Musikrichtung: Industrial Death/Black Metal

VÖ: 24.10.2008

(Listenable Records/Soulfood)

Gesamtspielzeit: 45:58

Internet:

http://www.theamenta.com
http://www.myspace.com/theamenta

Wer noch immer auf der Suche nach dem richtigen Soundtrack für den Weltuntergang ist, sollte dringend n0n, das zweite Album des australischen Kollektivs The Amenta, auf seinem Einkaufszettel notieren. Denn was hier geboten wird ist nichts für Leute mit schwachen Nerven und Kuschelrockliebhaber. Ein ziemlich eigenständiges und extremes Metalgemisch, irgendwo in der Schnittmenge aus Industrial, Black, Death und Noise steht hier auf der musikalischen Speisekarte, welches alles andere als leichter Stoff ist. Am ehesten noch vergleichbar mit den Landsleuten The Berzerker, nur dass The Amenta auf derart extreme Techno-Beats verzichten und stattdessen auf heftige, menschliche Drumsounds setzen. Diese pressen den Sound der Band auch extrem nach vorne, während die Gitarren im Verbund mit maschinellen Samples und Noiseelementen dicke Soundscapes kreieren und über den Hörer hereinstürzen lassen. Dazu gesellt sich ein meist gebrüllter Gesang. Und fertig ist ein Klangmassiv, welches den Hörer unbarmherzig in den Sessel drückt.

Die Musik von The Amenta klingt in ihrer Brachialität äußerst steril und kalt. Etwas das unbedarfte Hörer zuerst etwas abschrecken könnte. So rauscht auch die erste Handvoll Tracks erstmal ziemlich unbeeindruckt und gleichförmig am Hörer vorbei, bevor ab der Mitte des Albums etwas Abwechslung in n0n Einzug hält und die Sache mit der Zeit atmosphärischer wird.
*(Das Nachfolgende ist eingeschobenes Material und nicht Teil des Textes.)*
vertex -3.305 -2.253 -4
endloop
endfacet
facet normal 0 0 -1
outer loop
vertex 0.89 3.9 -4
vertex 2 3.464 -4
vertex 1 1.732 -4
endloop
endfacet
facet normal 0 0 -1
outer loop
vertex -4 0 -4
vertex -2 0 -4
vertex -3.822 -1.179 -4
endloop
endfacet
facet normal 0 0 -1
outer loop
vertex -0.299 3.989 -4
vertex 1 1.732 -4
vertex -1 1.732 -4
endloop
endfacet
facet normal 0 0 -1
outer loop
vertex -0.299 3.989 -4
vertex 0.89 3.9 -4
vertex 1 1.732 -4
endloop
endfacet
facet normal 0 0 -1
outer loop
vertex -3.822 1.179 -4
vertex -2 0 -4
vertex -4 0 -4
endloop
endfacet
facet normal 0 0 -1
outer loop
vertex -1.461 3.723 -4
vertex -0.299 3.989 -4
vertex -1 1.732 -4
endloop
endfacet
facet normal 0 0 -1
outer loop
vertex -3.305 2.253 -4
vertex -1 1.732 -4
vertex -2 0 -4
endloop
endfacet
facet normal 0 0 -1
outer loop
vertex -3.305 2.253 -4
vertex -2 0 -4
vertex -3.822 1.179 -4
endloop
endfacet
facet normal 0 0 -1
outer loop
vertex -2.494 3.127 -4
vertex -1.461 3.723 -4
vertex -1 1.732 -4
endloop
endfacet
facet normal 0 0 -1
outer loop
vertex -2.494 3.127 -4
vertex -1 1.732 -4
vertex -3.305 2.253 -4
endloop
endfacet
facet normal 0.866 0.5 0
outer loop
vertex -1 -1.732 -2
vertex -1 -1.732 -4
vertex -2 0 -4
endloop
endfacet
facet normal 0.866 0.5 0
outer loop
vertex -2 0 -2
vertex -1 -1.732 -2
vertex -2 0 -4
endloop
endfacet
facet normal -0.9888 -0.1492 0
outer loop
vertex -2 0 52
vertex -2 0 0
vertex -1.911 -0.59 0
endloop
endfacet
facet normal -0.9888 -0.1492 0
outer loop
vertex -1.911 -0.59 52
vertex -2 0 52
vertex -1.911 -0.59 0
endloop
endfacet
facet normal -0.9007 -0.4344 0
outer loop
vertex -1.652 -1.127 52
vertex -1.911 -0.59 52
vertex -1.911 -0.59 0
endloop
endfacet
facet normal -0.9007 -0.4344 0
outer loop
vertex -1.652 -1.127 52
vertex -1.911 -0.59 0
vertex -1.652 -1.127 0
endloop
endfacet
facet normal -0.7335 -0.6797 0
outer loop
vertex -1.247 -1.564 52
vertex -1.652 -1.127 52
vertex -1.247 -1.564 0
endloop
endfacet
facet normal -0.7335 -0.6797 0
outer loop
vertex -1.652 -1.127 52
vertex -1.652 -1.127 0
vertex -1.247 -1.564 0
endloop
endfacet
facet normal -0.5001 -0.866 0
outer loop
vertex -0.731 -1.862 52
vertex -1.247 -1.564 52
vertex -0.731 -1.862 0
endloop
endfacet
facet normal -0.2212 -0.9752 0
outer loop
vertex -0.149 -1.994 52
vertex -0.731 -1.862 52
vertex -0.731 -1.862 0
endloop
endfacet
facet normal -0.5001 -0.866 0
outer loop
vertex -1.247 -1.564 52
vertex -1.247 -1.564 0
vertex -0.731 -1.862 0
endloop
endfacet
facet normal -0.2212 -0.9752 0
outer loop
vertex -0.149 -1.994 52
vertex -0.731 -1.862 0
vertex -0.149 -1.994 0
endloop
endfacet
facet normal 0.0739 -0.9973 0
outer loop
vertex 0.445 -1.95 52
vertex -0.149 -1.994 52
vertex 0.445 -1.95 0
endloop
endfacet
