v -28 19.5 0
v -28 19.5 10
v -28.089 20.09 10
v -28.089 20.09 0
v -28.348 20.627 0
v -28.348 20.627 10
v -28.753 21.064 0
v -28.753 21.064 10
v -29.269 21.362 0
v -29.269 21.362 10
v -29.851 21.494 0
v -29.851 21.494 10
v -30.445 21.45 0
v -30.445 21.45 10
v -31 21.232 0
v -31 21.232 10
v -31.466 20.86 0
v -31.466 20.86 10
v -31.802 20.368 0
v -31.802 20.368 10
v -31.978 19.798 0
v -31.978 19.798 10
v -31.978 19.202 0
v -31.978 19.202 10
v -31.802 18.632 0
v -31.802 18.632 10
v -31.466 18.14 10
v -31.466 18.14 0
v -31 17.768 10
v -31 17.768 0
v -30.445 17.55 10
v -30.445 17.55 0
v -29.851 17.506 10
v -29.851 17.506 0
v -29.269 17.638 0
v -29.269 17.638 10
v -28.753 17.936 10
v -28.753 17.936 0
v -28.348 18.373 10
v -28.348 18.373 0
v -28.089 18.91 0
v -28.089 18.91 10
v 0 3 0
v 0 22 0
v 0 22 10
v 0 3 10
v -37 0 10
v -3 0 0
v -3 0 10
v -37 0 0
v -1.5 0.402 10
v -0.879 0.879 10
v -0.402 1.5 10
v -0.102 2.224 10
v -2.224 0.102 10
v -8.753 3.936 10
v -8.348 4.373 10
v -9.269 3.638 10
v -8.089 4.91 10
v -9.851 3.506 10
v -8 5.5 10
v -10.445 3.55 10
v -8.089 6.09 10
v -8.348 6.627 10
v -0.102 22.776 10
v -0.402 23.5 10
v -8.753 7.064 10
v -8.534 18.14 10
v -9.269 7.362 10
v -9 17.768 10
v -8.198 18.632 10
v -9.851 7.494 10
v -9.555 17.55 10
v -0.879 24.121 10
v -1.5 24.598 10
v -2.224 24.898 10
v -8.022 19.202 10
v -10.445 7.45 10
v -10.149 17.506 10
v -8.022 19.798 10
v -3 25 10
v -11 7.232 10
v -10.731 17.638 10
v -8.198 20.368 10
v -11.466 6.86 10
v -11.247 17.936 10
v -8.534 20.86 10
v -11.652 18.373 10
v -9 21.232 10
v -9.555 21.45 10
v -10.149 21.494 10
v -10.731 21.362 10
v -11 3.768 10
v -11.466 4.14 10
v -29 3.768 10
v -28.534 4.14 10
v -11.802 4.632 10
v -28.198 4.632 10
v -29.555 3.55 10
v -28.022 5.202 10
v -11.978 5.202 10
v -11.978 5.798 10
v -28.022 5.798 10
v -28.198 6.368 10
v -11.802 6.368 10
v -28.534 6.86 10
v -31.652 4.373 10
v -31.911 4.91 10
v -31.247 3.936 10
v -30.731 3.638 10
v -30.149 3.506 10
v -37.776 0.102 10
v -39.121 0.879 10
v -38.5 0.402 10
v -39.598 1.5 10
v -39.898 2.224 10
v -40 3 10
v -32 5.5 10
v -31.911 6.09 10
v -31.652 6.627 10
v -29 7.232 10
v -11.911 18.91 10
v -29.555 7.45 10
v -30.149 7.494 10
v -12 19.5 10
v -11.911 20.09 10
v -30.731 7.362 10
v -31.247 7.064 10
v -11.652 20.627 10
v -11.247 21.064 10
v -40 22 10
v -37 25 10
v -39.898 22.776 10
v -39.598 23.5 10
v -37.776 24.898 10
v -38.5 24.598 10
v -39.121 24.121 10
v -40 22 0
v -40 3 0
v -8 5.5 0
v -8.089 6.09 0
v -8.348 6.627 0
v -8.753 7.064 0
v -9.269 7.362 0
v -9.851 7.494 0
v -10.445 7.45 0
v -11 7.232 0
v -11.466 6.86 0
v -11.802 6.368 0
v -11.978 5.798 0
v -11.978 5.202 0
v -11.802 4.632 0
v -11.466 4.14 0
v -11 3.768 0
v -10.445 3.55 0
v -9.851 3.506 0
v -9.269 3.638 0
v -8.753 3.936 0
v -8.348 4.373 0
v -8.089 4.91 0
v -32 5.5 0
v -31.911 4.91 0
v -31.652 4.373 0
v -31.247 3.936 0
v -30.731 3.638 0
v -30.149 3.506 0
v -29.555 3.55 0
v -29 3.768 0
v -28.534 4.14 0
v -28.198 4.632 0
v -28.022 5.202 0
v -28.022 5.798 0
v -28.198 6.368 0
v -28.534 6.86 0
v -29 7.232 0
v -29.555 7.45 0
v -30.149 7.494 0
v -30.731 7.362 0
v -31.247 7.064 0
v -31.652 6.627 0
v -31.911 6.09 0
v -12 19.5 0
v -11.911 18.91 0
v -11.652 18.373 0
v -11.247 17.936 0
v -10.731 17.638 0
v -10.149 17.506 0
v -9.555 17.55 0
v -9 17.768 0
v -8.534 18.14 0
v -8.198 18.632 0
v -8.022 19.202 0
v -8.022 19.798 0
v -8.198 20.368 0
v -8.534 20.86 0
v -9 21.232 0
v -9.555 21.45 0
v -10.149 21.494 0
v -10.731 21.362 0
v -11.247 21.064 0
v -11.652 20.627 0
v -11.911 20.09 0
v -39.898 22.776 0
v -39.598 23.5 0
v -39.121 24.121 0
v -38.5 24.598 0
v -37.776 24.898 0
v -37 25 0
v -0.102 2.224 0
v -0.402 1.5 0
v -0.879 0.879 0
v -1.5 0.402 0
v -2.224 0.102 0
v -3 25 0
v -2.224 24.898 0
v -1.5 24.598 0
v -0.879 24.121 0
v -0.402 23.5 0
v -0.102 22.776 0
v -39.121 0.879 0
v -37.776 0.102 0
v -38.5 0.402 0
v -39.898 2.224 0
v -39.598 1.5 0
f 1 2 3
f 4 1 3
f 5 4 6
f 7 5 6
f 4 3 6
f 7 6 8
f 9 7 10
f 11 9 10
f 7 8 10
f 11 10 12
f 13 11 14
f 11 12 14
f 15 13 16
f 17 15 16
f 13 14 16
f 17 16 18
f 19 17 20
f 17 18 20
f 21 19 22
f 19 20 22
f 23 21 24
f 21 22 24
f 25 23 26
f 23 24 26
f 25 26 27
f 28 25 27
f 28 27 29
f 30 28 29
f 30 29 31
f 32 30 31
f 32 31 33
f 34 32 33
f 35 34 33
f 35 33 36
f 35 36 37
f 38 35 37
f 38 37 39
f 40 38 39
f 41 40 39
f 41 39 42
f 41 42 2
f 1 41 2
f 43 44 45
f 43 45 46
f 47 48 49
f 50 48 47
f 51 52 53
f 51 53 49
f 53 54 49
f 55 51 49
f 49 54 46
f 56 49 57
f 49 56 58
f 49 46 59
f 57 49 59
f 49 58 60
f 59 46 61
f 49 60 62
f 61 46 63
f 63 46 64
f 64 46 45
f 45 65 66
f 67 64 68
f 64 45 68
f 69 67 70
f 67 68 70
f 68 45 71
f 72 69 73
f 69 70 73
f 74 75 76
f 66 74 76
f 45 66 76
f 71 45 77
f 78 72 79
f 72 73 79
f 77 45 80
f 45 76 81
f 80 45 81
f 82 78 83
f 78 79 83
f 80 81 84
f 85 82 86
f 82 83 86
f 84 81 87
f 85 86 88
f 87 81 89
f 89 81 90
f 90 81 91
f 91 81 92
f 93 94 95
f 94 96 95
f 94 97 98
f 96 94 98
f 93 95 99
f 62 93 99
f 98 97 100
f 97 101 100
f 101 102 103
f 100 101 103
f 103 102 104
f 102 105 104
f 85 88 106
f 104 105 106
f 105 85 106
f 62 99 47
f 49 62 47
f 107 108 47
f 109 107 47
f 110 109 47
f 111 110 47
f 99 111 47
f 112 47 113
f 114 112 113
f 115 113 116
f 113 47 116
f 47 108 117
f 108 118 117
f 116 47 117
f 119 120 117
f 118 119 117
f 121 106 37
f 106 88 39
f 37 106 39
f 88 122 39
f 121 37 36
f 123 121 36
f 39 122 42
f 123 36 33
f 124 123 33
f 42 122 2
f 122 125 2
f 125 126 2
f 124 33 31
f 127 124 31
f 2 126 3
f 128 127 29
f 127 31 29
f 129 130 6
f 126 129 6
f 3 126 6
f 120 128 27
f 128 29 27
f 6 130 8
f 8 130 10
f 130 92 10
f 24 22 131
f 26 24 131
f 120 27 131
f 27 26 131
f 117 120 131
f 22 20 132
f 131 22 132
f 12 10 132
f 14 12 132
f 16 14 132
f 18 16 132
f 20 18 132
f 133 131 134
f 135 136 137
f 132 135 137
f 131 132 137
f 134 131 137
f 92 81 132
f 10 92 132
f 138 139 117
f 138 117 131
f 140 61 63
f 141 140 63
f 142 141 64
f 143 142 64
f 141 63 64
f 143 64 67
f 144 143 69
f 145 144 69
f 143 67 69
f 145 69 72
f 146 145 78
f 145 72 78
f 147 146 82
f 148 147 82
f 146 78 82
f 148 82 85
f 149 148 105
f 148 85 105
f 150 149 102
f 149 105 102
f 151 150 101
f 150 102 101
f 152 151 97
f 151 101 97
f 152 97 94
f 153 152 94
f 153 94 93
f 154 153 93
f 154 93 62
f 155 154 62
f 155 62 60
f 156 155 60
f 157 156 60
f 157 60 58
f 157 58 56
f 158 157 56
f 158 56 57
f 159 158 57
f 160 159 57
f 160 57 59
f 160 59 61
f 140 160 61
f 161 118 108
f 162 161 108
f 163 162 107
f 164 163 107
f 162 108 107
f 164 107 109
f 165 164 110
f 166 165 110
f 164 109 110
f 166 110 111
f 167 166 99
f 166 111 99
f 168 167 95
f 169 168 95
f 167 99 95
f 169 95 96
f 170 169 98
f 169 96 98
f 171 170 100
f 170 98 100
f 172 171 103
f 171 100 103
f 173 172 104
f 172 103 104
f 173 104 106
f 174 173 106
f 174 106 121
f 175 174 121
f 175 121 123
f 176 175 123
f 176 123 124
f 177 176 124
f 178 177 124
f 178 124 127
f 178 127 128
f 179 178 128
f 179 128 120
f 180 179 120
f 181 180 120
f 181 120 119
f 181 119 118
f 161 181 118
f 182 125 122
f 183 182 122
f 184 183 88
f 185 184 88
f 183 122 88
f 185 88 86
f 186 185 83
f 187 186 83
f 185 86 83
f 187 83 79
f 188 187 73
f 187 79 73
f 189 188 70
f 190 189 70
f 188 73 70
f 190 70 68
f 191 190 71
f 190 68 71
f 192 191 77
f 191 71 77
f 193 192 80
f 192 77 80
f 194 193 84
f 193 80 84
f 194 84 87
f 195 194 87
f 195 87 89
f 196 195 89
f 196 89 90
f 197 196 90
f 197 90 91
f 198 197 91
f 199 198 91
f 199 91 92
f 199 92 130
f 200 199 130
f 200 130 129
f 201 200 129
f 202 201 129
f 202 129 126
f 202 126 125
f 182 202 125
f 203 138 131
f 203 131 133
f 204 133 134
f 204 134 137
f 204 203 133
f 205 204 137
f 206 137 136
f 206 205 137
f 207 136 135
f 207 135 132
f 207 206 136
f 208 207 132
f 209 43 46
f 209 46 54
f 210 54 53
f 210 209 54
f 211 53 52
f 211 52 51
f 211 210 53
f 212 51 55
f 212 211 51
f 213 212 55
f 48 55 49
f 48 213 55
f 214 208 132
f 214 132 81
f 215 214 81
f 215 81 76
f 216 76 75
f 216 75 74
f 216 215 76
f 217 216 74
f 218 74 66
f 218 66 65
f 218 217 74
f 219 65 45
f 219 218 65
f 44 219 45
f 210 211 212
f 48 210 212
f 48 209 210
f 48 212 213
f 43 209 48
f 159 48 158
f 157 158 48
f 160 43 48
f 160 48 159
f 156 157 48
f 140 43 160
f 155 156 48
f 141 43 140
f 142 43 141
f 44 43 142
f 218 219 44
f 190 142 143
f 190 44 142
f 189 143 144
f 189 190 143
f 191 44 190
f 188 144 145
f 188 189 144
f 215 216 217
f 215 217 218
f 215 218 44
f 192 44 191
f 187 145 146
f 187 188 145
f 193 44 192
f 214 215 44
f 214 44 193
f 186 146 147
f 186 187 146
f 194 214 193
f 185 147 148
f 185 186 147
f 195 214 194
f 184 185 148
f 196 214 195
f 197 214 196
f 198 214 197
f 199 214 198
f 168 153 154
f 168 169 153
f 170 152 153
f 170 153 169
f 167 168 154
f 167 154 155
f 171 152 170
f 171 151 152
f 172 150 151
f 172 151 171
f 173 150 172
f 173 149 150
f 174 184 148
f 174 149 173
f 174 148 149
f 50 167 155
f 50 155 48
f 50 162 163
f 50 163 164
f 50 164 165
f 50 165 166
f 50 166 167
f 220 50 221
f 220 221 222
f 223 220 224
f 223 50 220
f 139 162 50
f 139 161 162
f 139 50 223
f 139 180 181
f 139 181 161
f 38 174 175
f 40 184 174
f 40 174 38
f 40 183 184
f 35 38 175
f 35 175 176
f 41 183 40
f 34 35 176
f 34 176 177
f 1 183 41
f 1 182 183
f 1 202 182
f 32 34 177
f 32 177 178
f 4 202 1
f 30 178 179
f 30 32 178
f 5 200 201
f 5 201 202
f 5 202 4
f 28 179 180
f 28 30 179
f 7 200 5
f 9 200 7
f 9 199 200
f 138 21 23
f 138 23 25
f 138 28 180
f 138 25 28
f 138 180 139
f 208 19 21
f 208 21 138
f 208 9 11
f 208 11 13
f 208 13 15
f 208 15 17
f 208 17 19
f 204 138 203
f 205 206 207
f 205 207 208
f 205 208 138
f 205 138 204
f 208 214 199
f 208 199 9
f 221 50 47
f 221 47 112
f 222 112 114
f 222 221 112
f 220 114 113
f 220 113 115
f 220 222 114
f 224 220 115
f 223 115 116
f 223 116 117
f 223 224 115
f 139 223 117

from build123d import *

# Parameters (mm, degrees)
EXTRUDE_1_DEPTH     = 10
CUT_EXTRUDE_1_REACH = 50.218
SKETCH_3_R          = 2


with BuildPart() as part:
    # 草图1 → 凸台-拉伸1 (new body)
    with BuildSketch(Plane.XY):
        with BuildLine():
            Line((-3, 0), (-37, 0))
            ThreePointArc((-37, 0), (-39.121320344, 0.878679656), (-40, 3))
            Line((-40, 3), (-40, 22))
            ThreePointArc((-40, 22), (-39.121320344, 24.121320344), (-37, 25))
            Line((-37, 25), (-3, 25))
            ThreePointArc((-3, 25), (-0.878679656, 24.121320344), (0, 22))
            Line((0, 22), (0, 3))
            ThreePointArc((0, 3), (-0.878679656, 0.878679656), (-3, 0))
        make_face()
    extrude(amount=EXTRUDE_1_DEPTH)

    # 草图3 → 切除-拉伸1 (cut, up to next)
    with BuildSketch(Plane.XY.offset(10), mode=Mode.PRIVATE) as cut_extrude_1_sk1:
        with Locations((-30, 19.5)):
            Circle(SKETCH_3_R)
    cut_extrude_1_tool1 = extrude(cut_extrude_1_sk1.sketch, amount=-CUT_EXTRUDE_1_REACH, mode=Mode.PRIVATE) & part.part
    # 草图3 → 切除-拉伸1 (cut, up to next)
    with BuildSketch(Plane.XY.offset(10), mode=Mode.PRIVATE) as cut_extrude_1_sk2:
        with Locations(Location((-30, 5.5, 0), (0, 0, 180))):
            Circle(SKETCH_3_R)
    cut_extrude_1_tool2 = extrude(cut_extrude_1_sk2.sketch, amount=-CUT_EXTRUDE_1_REACH, mode=Mode.PRIVATE) & part.part
    # 草图3 → 切除-拉伸1 (cut, up to next)
    with BuildSketch(Plane.XY.offset(10), mode=Mode.PRIVATE) as cut_extrude_1_sk3:
        with Locations(Location((-10, 19.5, 0), (0, 0, 180))):
            Circle(SKETCH_3_R)
    cut_extrude_1_tool3 = extrude(cut_extrude_1_sk3.sketch, amount=-CUT_EXTRUDE_1_REACH, mode=Mode.PRIVATE) & part.part
    # 草图3 → 切除-拉伸1 (cut, up to next)
    with BuildSketch(Plane.XY.offset(10), mode=Mode.PRIVATE) as cut_extrude_1_sk4:
        with Locations((-10, 5.5)):
            Circle(SKETCH_3_R)
    cut_extrude_1_tool4 = extrude(cut_extrude_1_sk4.sketch, amount=-CUT_EXTRUDE_1_REACH, mode=Mode.PRIVATE) & part.part
    add(cut_extrude_1_tool1.solids().sort_by_distance((-30, 19.5, 10))[0], mode=Mode.SUBTRACT)
    add(cut_extrude_1_tool2.solids().sort_by_distance((-30, 5.5, 10))[0], mode=Mode.SUBTRACT)
    add(cut_extrude_1_tool3.solids().sort_by_distance((-10, 19.5, 10))[0], mode=Mode.SUBTRACT)
    add(cut_extrude_1_tool4.solids().sort_by_distance((-10, 5.5, 10))[0], mode=Mode.SUBTRACT)


solid = part.part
Selbstverständlich undurchdringbar düster und morbide. Auch tritt immer mehr der mitreißende maschinelle Groove zutage, der nur wenige Verschnaufpausen gönnt. Lediglich das trippige „Skin“ mit gesprochenen, weiblichen Vocals ist so etwas wie ein kurzer Ruhepol im immerwährenden Soundgewitter.

Laut eigenen Angaben gibt sich auf dem Album eine unzählige Menge von Musikern die Klinke in die Hand; u.a. zwei Drummer, sechs Vokalisten und zwei Bassisten. Darunter auch prominente Namen wie Jason Mendonca (Akercocke), Alice Daquet (Sir Alice) und Alex Pope (Ruins). Deswegen hier von einer echten Band zu sprechen, wäre wohl etwas vermessen.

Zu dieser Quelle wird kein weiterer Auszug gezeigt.